Cutting conditions. The cutting speed has the greatest effect on tool life because it has the greatest effect on heat generation. In fact, increasing the feed rate is preferable to increasing the depth of cut. That’s because it produces a thicker chip, with the bulk of the heat carried within the chip shielded from transfer to the tool by the chip’s outer layers (because of titanium’s low thermal conductivity). And, while the contact area between the chip and the rake face of the cutting tool will increase as a result of increased feed rate, this relationship is not linear. Increasing the depth of cut, on the other hand, results in a proportional increase in contact area between the chip and the rake face of the cutting tool, leading to a proportional increase in heat transferred to the cutting tool. It’s best to keep the depth of cut low and instead increase the feed rate as long as the cutting forces don’t exceed the strength of the cutting tool and are well supported by the part, fixture and machine.

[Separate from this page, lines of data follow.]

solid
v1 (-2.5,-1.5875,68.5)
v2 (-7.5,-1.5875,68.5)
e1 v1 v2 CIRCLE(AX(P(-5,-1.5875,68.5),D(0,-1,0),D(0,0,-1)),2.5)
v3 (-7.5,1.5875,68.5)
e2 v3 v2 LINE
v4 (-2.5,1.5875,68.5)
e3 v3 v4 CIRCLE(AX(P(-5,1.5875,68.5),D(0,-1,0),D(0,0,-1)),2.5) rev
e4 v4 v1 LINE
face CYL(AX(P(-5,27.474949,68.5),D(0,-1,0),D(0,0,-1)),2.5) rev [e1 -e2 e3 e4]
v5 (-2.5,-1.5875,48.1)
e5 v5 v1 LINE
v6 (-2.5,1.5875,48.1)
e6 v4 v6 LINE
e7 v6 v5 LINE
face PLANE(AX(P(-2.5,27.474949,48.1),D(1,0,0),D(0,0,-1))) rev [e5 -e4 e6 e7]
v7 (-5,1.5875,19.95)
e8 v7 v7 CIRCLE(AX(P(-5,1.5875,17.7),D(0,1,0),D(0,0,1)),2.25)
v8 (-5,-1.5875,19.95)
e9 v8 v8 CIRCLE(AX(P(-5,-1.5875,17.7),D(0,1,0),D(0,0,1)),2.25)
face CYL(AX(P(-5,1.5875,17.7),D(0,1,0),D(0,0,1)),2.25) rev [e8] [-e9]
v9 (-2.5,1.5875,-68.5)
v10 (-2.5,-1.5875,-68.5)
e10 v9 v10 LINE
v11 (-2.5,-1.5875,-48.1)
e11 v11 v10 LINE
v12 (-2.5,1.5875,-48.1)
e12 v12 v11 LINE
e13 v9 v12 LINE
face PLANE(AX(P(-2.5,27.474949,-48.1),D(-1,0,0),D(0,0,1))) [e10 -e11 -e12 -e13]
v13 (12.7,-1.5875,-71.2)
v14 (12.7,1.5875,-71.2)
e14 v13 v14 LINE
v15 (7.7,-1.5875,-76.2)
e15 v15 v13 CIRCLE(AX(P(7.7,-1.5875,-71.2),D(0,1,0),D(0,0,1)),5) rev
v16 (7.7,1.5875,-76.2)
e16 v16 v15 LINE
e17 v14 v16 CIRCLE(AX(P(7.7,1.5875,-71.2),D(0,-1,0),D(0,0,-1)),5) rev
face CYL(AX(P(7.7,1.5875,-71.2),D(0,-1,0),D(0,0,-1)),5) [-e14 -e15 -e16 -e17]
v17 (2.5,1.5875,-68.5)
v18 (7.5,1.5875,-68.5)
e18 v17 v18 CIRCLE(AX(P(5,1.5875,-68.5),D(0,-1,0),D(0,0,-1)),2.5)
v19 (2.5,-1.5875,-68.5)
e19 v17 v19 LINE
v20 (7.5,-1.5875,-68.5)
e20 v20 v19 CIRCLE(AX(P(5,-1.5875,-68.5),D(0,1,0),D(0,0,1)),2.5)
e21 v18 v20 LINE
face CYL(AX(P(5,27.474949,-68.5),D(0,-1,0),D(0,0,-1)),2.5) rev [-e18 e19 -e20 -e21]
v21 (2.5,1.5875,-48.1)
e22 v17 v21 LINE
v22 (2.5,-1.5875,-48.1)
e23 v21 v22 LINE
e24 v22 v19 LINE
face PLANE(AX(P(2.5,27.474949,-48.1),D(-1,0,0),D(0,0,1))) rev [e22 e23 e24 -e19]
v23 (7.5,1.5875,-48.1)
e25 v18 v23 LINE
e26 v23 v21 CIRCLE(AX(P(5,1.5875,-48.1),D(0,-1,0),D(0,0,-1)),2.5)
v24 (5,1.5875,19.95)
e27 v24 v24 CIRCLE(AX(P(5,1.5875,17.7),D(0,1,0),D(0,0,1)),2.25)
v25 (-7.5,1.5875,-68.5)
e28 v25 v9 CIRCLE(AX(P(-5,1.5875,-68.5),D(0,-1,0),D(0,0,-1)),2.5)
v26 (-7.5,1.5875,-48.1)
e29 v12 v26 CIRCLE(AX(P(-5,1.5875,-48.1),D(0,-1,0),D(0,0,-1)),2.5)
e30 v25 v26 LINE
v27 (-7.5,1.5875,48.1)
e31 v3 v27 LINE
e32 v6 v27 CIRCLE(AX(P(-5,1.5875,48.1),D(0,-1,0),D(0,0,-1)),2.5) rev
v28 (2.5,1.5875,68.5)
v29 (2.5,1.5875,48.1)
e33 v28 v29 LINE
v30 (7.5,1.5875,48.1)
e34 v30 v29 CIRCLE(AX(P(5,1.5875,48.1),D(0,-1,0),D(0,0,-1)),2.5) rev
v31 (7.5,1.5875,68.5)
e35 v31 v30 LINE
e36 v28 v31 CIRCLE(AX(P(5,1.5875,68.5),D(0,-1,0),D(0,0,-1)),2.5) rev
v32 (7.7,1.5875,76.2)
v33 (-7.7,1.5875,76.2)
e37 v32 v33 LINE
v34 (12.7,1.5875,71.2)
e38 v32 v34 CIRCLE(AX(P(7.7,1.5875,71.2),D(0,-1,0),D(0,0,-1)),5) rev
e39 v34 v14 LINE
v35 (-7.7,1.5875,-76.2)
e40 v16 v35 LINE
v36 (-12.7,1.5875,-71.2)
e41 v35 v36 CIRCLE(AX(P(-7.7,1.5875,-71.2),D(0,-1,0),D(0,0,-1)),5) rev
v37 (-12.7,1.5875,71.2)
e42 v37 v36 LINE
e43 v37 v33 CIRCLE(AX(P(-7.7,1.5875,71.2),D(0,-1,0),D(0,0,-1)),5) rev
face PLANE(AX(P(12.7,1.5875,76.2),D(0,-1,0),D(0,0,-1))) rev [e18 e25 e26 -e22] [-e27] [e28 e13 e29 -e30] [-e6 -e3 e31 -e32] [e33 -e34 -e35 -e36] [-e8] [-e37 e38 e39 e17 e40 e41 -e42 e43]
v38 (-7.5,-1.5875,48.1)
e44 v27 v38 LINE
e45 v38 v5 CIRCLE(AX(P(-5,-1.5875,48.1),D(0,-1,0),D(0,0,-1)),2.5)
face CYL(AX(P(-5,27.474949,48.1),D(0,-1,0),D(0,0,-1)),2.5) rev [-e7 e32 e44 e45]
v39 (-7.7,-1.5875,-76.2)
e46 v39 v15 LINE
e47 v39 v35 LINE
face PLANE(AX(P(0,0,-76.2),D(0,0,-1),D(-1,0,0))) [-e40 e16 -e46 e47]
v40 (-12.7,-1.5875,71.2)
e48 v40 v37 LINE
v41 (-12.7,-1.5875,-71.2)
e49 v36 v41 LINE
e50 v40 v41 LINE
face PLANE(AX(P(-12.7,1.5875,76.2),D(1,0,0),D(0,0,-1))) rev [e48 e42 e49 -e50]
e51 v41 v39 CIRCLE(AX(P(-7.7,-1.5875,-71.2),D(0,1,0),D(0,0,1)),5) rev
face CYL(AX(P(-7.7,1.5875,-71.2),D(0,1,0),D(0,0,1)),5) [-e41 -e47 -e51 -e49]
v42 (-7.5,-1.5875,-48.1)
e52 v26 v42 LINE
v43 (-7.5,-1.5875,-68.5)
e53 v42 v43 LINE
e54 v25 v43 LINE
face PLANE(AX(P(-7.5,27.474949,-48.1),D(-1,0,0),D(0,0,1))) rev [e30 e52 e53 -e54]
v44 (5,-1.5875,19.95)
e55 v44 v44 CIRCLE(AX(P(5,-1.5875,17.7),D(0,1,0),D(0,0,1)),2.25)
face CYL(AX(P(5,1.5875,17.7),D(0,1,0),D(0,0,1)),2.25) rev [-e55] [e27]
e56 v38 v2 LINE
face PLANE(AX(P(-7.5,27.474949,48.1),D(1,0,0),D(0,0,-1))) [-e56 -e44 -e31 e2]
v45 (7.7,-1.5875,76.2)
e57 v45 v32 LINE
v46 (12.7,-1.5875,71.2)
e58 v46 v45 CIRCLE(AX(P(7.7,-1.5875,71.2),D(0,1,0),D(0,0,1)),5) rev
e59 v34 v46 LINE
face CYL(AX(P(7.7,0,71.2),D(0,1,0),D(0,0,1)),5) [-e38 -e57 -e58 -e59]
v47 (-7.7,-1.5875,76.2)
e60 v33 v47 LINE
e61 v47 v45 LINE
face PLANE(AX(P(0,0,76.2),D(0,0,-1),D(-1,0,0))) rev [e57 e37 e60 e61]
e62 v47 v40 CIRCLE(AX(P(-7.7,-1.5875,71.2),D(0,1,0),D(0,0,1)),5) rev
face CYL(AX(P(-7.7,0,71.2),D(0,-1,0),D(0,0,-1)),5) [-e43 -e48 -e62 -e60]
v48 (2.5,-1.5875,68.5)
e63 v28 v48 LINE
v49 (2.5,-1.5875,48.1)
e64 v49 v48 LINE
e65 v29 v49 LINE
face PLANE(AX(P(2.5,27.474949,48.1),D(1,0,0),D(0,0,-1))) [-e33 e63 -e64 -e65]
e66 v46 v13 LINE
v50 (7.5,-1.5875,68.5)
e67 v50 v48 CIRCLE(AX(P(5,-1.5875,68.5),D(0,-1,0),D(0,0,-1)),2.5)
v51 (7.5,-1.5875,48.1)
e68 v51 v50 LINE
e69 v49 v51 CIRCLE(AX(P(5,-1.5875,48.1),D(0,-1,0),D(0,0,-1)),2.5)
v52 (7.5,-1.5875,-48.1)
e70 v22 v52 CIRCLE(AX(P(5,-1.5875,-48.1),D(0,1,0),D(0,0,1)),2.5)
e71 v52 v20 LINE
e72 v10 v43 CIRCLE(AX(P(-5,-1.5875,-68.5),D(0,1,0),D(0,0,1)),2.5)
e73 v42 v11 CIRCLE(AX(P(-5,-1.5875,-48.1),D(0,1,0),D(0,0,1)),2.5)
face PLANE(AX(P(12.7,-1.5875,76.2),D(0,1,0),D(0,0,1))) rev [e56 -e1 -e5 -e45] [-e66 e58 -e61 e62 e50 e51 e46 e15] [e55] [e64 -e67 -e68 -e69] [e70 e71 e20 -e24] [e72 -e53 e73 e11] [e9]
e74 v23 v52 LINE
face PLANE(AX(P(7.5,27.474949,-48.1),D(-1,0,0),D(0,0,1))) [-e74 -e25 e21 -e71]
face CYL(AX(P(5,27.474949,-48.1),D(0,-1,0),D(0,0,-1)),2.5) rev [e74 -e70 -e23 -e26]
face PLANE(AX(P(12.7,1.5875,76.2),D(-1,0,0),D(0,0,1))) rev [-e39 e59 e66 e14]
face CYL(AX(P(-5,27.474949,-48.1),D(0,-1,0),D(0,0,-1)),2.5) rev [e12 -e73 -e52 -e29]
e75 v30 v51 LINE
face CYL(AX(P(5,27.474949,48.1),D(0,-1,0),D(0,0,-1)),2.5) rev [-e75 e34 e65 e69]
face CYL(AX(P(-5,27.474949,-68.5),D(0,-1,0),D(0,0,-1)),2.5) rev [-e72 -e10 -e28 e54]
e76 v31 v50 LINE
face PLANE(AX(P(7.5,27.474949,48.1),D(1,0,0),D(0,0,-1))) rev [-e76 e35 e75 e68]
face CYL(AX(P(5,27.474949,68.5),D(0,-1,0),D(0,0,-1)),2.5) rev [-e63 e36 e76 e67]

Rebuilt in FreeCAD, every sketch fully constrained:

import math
import FreeCAD as App
import Part
import Sketcher
from FreeCAD import Vector


def edges_at(feature, points):
    """Names of the edges that pass closest to the given points."""
    edges = feature.Shape.Edges
    near = lambda p: min(range(len(edges)), key=lambda i: edges[i].distToShape(Part.Vertex(*p))[0])
    return sorted({f"Edge{near(p) + 1}" for p in points})

doc = App.newDocument("Part")
body = doc.addObject("PartDesign::Body", "Body")

# Sketch on XY plane
sketch1 = body.newObject("Sketcher::SketchObject", "Sketch")
sketch1.AttachmentSupport = (doc.getObject("XY_Plane"), [""])
sketch1.MapMode = "FlatFace"
sketch1.addGeometry(Part.LineSegment(Vector(-12.7, 1.6, 0), Vector(-12.7, -1.6, 0)), False)
sketch1.addGeometry(Part.LineSegment(Vector(-12.7, -1.6, 0), Vector(12.7, -1.6, 0)), False)
sketch1.addGeometry(Part.LineSegment(Vector(12.7, -1.6, 0), Vector(12.7, 1.6, 0)), False)
sketch1.addGeometry(Part.LineSegment(Vector(12.7, 1.6, 0), Vector(-12.7, 1.6, 0)), False)
sketch1.addConstraint(Sketcher.Constraint("Coincident", 0, 2, 1, 1))
sketch1.addConstraint(Sketcher.Constraint("Coincident", 1, 2, 2, 1))
sketch1.addConstraint(Sketcher.Constraint("Coincident", 2, 2, 3, 1))
sketch1.addConstraint(Sketcher.Constraint("Coincident", 3, 2, 0, 1))
sketch1.addConstraint(Sketcher.Constraint("Vertical", 0))
sketch1.addConstraint(Sketcher.Constraint("Horizontal", 1))
sketch1.addConstraint(Sketcher.Constraint("Vertical", 2))
sketch1.addConstraint(Sketcher.Constraint("Horizontal", 3))
sketch1.addConstraint(Sketcher.Constraint("Symmetric", 0, 2, 2, 2, -1, 1))
sketch1.addConstraint(Sketcher.Constraint("DistanceX", 1, 1, 1, 2, 25.4))
sketch1.addConstraint(Sketcher.Constraint("DistanceY", 0, 2, 0, 1, 3.175))
pad1 = body.newObject("PartDesign::Pad", "Pad")
pad1.Profile = sketch1
pad1.Type = "TwoLengths"
pad1.Length = 76.2
pad1.Length2 = 76.2

# Sketch on XZ plane
sketch2 = body.newObject("Sketcher::SketchObject", "Sketch001")
sketch2.AttachmentSupport = (doc.getObject("XZ_Plane"), [""])
sketch2.MapMode = "FlatFace"
sketch2.AttachmentOffset = App.Placement(Vector(0, 0, 1.5875), App.Rotation())
sketch2.addGeometry(Part.LineSegment(Vector(-7.5, 68.5, 0), Vector(-7.5, 48.1, 0)), False)
sketch2.addGeometry(Part.ArcOfCircle(Part.Circle(Vector(-5, 48.1, 0), Vector(0, 0, 1), 2.5), math.radians(180), math.radians(360)), False)
sketch2.addGeometry(Part.LineSegment(Vector(-2.5, 48.1, 0), Vector(-2.5, 68.5, 0)), False)
sketch2.addGeometry(Part.ArcOfCircle(Part.Circle(Vector(-5, 68.5, 0), Vector(0, 0, 1), 2.5), math.radians(0), math.radians(180)), False)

With the TF chip form geometry, it is best to run tools at higher speeds and moderate feed rates.

In addition, tool wear when machining titanium is nonlinear. As a result of wear, hones get larger, the insert coating gets thinner and the microgeometry changes shape, all of which leads to higher cutting forces and heat which accelerates wear. Wear begets more heat which begets more wear and that creates a feedback loop that, in titanium alloys, can run away quickly and lead to catastrophic failure. It is important to monitor wear and index the cutting tool before it reaches a critical point where the stresses can no longer be sustained and the tool fails.

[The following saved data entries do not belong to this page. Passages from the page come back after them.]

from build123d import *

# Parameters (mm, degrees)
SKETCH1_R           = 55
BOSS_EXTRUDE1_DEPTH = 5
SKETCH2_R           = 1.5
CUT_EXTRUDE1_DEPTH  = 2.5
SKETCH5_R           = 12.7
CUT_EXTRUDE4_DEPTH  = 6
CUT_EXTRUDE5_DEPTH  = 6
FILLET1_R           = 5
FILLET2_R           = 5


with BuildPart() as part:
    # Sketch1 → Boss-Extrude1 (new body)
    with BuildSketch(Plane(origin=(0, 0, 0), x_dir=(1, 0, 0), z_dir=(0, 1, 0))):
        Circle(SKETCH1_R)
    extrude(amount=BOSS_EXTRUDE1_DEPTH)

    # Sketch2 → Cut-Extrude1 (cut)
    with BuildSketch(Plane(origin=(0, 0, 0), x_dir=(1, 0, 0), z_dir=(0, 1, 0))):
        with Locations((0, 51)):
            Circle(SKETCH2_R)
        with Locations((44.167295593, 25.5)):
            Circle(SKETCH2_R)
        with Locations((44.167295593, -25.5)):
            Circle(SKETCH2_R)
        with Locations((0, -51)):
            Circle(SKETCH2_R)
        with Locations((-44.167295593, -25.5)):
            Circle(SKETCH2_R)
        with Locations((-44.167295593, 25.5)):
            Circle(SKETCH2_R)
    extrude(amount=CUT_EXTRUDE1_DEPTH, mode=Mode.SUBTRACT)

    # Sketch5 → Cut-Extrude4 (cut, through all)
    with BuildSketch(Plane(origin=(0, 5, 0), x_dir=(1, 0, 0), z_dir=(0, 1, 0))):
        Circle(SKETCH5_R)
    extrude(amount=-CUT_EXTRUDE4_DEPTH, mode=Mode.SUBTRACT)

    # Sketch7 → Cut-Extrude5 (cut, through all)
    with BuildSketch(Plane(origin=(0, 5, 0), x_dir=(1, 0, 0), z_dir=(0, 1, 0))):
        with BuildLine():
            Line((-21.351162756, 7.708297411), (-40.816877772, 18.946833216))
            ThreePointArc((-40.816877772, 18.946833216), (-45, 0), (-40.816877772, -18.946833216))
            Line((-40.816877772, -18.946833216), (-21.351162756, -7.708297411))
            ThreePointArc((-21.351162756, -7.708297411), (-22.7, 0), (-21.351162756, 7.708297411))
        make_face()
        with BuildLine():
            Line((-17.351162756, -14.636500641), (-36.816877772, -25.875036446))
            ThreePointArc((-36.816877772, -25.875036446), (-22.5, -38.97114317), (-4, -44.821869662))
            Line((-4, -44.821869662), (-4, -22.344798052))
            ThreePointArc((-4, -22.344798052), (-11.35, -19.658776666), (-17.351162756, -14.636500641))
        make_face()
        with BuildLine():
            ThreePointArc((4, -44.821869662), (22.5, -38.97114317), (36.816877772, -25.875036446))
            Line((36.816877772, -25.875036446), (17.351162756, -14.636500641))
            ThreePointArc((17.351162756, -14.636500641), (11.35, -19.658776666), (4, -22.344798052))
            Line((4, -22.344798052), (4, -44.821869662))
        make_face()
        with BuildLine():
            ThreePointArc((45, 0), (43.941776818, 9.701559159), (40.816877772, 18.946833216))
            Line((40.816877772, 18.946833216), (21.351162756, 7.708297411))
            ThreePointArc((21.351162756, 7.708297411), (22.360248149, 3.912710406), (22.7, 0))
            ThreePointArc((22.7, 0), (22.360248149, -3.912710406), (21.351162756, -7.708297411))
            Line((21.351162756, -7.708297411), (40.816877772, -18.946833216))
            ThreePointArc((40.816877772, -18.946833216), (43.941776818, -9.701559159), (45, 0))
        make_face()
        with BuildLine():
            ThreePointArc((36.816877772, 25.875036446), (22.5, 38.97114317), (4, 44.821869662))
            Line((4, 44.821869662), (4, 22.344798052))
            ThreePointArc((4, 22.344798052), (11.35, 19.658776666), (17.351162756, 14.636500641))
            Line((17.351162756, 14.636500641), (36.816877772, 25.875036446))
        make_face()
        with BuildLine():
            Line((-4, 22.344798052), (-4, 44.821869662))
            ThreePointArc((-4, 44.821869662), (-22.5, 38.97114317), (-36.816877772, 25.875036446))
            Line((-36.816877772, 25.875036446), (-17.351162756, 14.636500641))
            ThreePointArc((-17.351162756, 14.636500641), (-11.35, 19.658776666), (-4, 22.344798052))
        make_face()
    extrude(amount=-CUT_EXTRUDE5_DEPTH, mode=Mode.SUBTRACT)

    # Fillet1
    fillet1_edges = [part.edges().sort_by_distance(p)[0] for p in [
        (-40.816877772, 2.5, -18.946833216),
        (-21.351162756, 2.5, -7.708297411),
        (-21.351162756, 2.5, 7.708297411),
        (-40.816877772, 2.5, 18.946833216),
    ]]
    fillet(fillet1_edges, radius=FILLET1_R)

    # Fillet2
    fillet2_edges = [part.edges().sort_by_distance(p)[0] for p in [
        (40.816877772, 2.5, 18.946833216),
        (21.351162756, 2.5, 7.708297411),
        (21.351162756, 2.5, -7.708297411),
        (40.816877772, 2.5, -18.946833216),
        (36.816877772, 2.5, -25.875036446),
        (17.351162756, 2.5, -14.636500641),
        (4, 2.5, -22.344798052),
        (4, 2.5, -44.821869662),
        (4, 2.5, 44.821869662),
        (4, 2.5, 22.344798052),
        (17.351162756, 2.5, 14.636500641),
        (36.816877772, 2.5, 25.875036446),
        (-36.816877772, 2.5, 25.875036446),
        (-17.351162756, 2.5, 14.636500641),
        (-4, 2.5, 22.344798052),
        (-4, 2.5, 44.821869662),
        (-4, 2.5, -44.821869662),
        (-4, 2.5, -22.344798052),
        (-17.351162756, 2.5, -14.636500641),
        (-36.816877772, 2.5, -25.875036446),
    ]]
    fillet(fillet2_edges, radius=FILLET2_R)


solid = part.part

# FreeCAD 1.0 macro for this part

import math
import FreeCAD as App
import Part
import Sketcher

V = App.Vector
Q = App.Units.Quantity


def edges_at(feature, points):
    """Names of the edges that pass closest to the given points."""
    edges = feature.Shape.Edges
    near = lambda p: min(range(len(edges)), key=lambda i: edges[i].distToShape(Part.Vertex(*p))[0])
    return sorted({f"Edge{near(p) + 1}" for p in points})

doc = App.newDocument("Part")
body = doc.addObject("PartDesign::Body", "Body")

sketch1 = body.newObject("Sketcher::SketchObject", "Sketch")
sketch1.AttachmentSupport = (doc.getObject("XZ_Plane"), [""])
sketch1.MapMode = "FlatFace"
sketch1.addGeometry(Part.Circle(V(0, 0, 0), V(0, 0, 1), 55), False)
sketch1.addConstraint([
    Sketcher.Constraint("Coincident", 0, 3, -1, 1),
    Sketcher.Constraint("Diameter", 0, Q("110 mm")),
])
pad1 = body.newObject("PartDesign::Pad", "Pad")
pad1.Profile = sketch1
pad1.Length = 5
pad1.Reversed = True

sketch2 = body.newObject("Sketcher::SketchObject", "Sketch001")
sketch2.AttachmentSupport = (doc.getObject("XZ_Plane"), [""])
sketch2.MapMode = "FlatFace"
sketch2.addGeometry([
    Part.Circle(V(0, -51, 0), V(0, 0, 1), 1.5),
    Part.Circle(V(44.167296, -25.5, 0), V(0, 0, 1), 1.5),
    Part.Circle(V(44.167296, 25.5, 0), V(0, 0, 1), 1.5),
    Part.Circle(V(0, 51, 0), V(0, 0, 1), 1.5),
    Part.Circle(V(-44.167296, 25.5, 0), V(0, 0, 1), 1.5),
    Part.Circle(V(-44.167296, -25.5, 0), V(0, 0, 1), 1.5),
], False)
sketch2.addConstraint([
    Sketcher.Constraint("Equal", 0, 1),
    Sketcher.Constraint("Equal", 1, 2),
    Sketcher.Constraint("Equal", 2, 3),
    Sketcher.Constraint("Equal", 3, 4),
    Sketcher.Constraint("Equal", 4, 5),
    Sketcher.Constraint("Symmetric", 0, 3, 3, 3, -1, 1),
    Sketcher.Constraint("Symmetric", 1, 3, 4, 3, -1, 1),
    Sketcher.Constraint("Symmetric", 2, 3, 5, 3, -1, 1),
    Sketcher.Constraint("Symmetric", 2, 3, 4, 3, -2),
    Sketcher.Constraint("PointOnObject", 0, 3, -2),
    Sketcher.Constraint("Diameter", 0, Q("3 mm")),
    Sketcher.Constraint("DistanceY", 0, 3, -1, 1, Q("51 mm")),
    Sketcher.Constraint("DistanceY", 1, 3, 2, 3, Q("51 mm")),
    Sketcher.Constraint("DistanceX", 4, 3, 2, 3, Q("88.334591 mm")),
])
pocket1 = body.newObject("PartDesign::Pocket", "Pocket")
pocket1.Profile = sketch2
pocket1.Length = 2.5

Environmental factors. Coolant needs to be delivered in large volume and ideally at high pressure as close to the cutting edge as possible. Coolant delivered at 80 bar or higher is recommended to drive a wedge between the rake face of the cutting tool and the chip to further reduce heat transfer and abrasive wear. High-pressure or ultra-high-pressure coolant also enables increasing cutting speeds, thereby improving productivity. Inadequate coolant delivery will greatly reduce tool life.

Counter vibration by varying the cutting speed with time, within a -5% to +5% window.

The machining environment needs to be rigid and damped. If any part of the environment (part, fixture, tool or machine) responds positively to the high-frequency periodic forcing intrinsic to titanium chip formation, users will quickly run into constructive interference which, in this case, is rather destructive overall. The result can be fighting an uphill battle against vibration and all the damage that it brings, including but not limited to accelerated and irregular tool wear, poor surface quality, spindle stall, and inadequate function and accelerated wear of the guides and bearings. A general tip for countering vibration is to vary the cutting speed with time, within a -5% to +5% window. This prevents the buildup of constructive interference by continuously varying the frequency of the forcing function and should limit vibration to a minimum. A larger (±10%) window might be necessary or a smaller (±3%) window could be sufficient.

Note that while the information above is applicable to achieve clean, continuous turning of titanium-based alloys, milling or interrupted turning, or the removal of forging scale, might bring additional challenges.